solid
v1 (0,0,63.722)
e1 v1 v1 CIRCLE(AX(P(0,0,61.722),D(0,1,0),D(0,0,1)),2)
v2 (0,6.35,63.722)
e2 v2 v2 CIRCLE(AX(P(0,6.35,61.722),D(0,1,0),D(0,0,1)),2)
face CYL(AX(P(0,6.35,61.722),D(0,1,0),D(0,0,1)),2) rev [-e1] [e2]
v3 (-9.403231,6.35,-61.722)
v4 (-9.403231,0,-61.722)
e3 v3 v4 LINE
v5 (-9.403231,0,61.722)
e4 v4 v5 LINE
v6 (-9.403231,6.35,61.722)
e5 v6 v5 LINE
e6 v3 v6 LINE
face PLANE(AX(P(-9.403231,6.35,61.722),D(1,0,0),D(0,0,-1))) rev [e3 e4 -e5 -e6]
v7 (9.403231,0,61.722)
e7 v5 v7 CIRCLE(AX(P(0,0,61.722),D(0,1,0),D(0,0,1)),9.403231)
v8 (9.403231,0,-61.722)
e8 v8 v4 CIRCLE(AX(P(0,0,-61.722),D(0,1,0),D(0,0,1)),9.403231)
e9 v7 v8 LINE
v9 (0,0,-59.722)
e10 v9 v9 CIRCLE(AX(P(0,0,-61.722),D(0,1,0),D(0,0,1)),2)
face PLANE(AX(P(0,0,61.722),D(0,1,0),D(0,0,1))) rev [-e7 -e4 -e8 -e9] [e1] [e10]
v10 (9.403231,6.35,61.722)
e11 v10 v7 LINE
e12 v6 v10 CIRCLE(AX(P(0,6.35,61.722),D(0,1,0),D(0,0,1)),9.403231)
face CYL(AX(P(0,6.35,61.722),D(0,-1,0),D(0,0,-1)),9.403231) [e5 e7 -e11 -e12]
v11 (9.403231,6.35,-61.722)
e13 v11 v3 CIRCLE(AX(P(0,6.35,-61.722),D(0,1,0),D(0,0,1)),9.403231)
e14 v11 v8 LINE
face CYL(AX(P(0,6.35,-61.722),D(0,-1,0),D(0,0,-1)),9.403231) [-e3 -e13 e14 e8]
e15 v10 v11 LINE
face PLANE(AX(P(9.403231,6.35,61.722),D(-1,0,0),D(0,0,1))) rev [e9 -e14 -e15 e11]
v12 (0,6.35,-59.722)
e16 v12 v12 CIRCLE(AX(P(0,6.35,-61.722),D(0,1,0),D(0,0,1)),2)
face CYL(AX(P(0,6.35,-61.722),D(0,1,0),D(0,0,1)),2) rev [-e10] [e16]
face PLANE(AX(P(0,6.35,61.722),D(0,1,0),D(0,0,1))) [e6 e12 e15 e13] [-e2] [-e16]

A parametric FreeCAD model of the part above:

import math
import FreeCAD as App
import Part
import Sketcher

V = App.Vector
Q = App.Units.Quantity

doc = App.newDocument("Part")
body = doc.addObject("PartDesign::Body", "Body")

# Sketch on XZ plane
sketch1 = body.newObject("Sketcher::SketchObject", "Sketch")
sketch1.AttachmentSupport = (doc.getObject("XZ_Plane"), [""])
sketch1.MapMode = "FlatFace"
sketch1.addGeometry([
    Part.LineSegment(V(-9, -62, 0), V(-9, 62, 0)),
    Part.ArcOfCircle(Part.Circle(V(0, 62, 0), V(0, 0, 1), 9), math.radians(0), math.radians(180)),
    Part.LineSegment(V(9, 62, 0), V(9, -62, 0)),
    Part.ArcOfCircle(Part.Circle(V(0, -62, 0), V(0, 0, 1), 9), math.radians(180), math.radians(360)),
], False)
sketch1.addConstraint([
    Sketcher.Constraint("Tangent", 0, 2, 1, 2),
    Sketcher.Constraint("Tangent", 1, 1, 2, 1),
    Sketcher.Constraint("Tangent", 2, 2, 3, 2),
    Sketcher.Constraint("Tangent", 3, 1, 0, 1),
    Sketcher.Constraint("Vertical", 0),
    Sketcher.Constraint("Vertical", 2),
    Sketcher.Constraint("Symmetric", 1, 3, 3, 3, -1, 1),
    Sketcher.Constraint("DistanceY", 0, 1, 0, 2, Q("4.86 in")),
    Sketcher.Constraint("Radius", 1, Q("9.403231 mm")),
])
pad1 = body.newObject("PartDesign::Pad", "Pad")
pad1.Profile = sketch1
pad1.Length = Q("0.25 in")
pad1.Reversed = True

# Sketch on XZ plane
sketch2 = body.newObject("Sketcher::SketchObject", "Sketch001")
sketch2.AttachmentSupport = (doc.getObject("XZ_Plane"), [""])
sketch2.MapMode = "FlatFace"
sketch2.AttachmentOffset = App.Placement(V(0, 0, -0.25 * 25.4), App.Rotation())
sketch2.addGeometry([
    Part.Circle(V(0, 61.7, 0), V(0, 0, 1), 2),
    Part.Circle(V(0, -61.7, 0), V(0, 0, 1), 2),
], False)
sketch2.addConstraint([
    Sketcher.Constraint("Equal", 0, 1),
    Sketcher.Constraint("Symmetric", 0, 3, 1, 3, -1, 1),
    Sketcher.Constraint("PointOnObject", 0, 3, -2),
    Sketcher.Constraint("Diameter", 0, Q("4 mm")),
    Sketcher.Constraint("DistanceY", -1, 1, 0, 3, Q("2.43 in")),
])
doc.recompute()
hole = body.newObject("PartDesign::Hole", "Hole")
hole.Profile = sketch2
hole.ThreadType = "None"
hole.Diameter = 4
hole.DepthType = "ThroughAll"
hole.Reversed = True

doc.recompute()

Task requirements
Give back exactly the lines above, from the line containing "e9 v7 v8 LINE" through the line containing "v11 v3 CIRCLE(AX(P(0,6.35,-61.722),D(0,1,0),D(0,0,1)),9.403231)", with both end lines and nothing more.

Answer to this exercise
e9 v7 v8 LINE
v9 (0,0,-59.722)
e10 v9 v9 CIRCLE(AX(P(0,0,-61.722),D(0,1,0),D(0,0,1)),2)
face PLANE(AX(P(0,0,61.722),D(0,1,0),D(0,0,1))) rev [-e7 -e4 -e8 -e9] [e1] [e10]
v10 (9.403231,6.35,61.722)
e11 v10 v7 LINE
e12 v6 v10 CIRCLE(AX(P(0,6.35,61.722),D(0,1,0),D(0,0,1)),9.403231)
face CYL(AX(P(0,6.35,61.722),D(0,-1,0),D(0,0,-1)),9.403231) [e5 e7 -e11 -e12]
v11 (9.403231,6.35,-61.722)
e13 v11 v3 CIRCLE(AX(P(0,6.35,-61.722),D(0,1,0),D(0,0,1)),9.403231)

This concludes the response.